Aim of the task
Using the data below, return the stretch from the line that contains "e23 v17 v7 LINE" through the line that contains "face PLANE(AX(P(-1.5875,-1.5875,50.8),D(1,0,0),D(0,0,-1))) rev", both included, exactly as it stands and nothing beyond it.

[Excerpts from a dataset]
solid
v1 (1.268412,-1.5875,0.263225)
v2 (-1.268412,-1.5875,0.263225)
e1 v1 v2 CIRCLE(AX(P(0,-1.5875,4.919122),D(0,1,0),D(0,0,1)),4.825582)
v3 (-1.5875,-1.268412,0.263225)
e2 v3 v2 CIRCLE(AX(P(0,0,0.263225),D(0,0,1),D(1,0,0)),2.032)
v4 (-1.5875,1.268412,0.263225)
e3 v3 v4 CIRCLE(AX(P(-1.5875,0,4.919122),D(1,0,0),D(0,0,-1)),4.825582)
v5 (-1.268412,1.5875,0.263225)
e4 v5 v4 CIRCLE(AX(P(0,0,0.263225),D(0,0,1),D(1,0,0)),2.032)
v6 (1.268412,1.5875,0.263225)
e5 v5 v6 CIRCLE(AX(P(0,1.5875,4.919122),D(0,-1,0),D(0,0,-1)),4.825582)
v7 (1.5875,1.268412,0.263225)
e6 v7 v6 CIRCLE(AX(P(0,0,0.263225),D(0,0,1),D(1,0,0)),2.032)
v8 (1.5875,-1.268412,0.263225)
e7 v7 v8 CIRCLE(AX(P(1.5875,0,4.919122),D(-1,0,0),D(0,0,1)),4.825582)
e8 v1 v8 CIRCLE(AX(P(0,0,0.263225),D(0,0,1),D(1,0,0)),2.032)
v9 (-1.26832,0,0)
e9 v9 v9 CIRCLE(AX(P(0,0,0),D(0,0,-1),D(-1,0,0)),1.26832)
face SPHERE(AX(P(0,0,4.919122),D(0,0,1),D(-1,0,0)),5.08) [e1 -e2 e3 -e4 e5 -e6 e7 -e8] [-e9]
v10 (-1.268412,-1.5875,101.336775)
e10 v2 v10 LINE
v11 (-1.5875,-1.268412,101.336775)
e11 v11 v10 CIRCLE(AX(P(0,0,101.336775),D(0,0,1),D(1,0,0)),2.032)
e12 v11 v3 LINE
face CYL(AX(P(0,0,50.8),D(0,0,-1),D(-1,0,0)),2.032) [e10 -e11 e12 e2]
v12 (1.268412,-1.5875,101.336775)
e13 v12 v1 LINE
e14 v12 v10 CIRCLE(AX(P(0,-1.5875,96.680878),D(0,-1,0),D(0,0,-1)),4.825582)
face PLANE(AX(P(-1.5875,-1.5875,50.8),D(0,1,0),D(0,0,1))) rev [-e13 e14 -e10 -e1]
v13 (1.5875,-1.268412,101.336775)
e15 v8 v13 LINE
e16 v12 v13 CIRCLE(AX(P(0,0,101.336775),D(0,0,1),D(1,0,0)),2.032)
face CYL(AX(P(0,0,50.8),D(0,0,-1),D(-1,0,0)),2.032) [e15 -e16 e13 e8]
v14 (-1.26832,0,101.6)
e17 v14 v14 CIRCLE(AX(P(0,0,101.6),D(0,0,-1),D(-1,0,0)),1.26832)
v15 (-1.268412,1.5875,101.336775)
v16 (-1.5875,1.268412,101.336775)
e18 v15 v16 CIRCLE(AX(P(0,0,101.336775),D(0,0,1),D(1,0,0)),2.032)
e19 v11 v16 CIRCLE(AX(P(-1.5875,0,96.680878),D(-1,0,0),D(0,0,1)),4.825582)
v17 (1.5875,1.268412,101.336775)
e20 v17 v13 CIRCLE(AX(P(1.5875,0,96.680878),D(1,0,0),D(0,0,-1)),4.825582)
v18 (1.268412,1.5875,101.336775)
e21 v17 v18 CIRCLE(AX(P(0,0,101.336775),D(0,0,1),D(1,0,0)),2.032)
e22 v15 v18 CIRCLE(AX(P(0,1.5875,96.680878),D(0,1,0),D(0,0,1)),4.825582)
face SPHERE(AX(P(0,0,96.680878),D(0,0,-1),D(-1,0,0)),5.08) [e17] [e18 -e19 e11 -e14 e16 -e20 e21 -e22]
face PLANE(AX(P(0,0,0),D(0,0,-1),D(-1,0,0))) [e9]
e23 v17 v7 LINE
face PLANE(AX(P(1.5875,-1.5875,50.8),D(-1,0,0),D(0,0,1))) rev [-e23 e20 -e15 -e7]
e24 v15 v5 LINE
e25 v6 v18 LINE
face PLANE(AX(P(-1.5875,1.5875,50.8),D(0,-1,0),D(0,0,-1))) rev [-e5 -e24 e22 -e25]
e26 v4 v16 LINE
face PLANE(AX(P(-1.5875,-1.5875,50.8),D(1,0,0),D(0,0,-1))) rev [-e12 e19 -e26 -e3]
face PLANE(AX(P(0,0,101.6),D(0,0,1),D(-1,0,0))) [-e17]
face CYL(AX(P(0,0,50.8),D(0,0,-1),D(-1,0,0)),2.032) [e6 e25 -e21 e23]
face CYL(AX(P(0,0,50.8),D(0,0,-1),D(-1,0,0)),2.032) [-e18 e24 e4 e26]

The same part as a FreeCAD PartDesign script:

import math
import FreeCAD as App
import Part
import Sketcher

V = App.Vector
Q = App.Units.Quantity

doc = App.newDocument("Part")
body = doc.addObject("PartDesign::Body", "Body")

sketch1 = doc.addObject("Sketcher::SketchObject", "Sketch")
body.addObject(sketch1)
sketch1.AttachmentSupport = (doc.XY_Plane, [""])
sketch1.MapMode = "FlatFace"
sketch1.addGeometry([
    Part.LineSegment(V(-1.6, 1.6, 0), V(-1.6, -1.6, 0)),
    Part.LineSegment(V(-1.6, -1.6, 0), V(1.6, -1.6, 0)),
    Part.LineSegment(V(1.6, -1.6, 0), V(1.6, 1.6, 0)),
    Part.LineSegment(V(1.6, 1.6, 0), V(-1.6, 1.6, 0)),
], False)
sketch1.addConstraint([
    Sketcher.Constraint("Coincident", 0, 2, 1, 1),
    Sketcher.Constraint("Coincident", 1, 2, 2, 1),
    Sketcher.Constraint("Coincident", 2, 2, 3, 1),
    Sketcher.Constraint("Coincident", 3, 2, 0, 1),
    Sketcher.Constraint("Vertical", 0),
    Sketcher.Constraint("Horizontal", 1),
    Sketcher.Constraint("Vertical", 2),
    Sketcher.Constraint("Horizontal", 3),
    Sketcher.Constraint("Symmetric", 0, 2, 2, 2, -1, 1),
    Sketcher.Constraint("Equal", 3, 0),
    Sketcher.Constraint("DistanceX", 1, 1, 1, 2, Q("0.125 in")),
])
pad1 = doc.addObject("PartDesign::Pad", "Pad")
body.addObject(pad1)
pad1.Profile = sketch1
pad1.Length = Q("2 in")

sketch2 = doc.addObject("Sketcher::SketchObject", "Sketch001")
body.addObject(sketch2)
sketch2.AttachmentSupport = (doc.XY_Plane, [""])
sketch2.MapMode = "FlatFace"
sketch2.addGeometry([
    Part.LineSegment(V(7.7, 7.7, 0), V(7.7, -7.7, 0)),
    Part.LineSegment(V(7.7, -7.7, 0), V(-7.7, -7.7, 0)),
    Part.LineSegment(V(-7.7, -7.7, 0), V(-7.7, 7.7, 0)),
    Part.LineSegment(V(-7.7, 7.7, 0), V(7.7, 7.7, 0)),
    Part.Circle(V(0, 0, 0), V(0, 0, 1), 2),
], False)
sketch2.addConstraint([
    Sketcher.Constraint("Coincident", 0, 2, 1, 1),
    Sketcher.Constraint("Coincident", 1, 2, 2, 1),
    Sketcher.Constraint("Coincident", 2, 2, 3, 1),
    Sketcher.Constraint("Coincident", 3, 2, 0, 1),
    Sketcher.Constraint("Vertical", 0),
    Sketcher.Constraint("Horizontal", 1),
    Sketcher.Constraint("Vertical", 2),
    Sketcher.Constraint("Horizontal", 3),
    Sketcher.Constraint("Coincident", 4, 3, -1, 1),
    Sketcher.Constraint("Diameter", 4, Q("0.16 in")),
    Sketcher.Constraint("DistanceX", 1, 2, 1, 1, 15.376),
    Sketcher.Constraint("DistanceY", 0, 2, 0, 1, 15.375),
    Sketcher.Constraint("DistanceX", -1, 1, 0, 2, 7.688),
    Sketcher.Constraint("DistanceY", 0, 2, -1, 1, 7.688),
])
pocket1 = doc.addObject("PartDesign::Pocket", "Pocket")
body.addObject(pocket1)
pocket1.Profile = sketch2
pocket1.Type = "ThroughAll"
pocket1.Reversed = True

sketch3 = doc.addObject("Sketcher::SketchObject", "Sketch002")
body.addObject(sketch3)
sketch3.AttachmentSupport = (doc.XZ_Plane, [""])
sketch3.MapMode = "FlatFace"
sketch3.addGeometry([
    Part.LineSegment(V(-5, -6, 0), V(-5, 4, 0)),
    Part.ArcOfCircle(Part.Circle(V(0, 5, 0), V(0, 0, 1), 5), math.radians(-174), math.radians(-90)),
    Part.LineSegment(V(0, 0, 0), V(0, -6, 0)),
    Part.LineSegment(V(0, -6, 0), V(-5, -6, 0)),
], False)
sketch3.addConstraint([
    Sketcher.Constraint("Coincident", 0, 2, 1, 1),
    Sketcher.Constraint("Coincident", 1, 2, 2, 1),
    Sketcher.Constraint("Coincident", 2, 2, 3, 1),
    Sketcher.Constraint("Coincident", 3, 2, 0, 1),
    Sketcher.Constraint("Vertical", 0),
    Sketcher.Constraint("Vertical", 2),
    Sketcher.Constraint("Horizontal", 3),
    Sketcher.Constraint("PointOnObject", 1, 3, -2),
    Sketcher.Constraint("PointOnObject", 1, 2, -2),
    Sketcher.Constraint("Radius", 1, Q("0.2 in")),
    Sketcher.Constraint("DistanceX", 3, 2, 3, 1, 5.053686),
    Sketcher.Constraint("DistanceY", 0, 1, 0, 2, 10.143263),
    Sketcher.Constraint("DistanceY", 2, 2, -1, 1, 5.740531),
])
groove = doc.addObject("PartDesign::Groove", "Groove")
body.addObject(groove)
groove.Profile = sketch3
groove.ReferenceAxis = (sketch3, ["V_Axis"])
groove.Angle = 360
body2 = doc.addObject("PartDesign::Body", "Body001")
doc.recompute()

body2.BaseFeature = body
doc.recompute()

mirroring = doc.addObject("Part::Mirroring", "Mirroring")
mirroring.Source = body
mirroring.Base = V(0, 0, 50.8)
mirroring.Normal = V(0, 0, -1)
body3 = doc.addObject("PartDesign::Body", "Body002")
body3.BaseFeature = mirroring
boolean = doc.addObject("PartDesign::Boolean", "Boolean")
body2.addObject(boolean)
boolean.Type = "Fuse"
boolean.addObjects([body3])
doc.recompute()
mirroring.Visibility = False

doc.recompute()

Exercise result
e23 v17 v7 LINE
face PLANE(AX(P(1.5875,-1.5875,50.8),D(-1,0,0),D(0,0,1))) rev [-e23 e20 -e15 -e7]
e24 v15 v5 LINE
e25 v6 v18 LINE
face PLANE(AX(P(-1.5875,1.5875,50.8),D(0,-1,0),D(0,0,-1))) rev [-e5 -e24 e22 -e25]
e26 v4 v16 LINE
face PLANE(AX(P(-1.5875,-1.5875,50.8),D(1,0,0),D(0,0,-1))) rev [-e12 e19 -e26 -e3]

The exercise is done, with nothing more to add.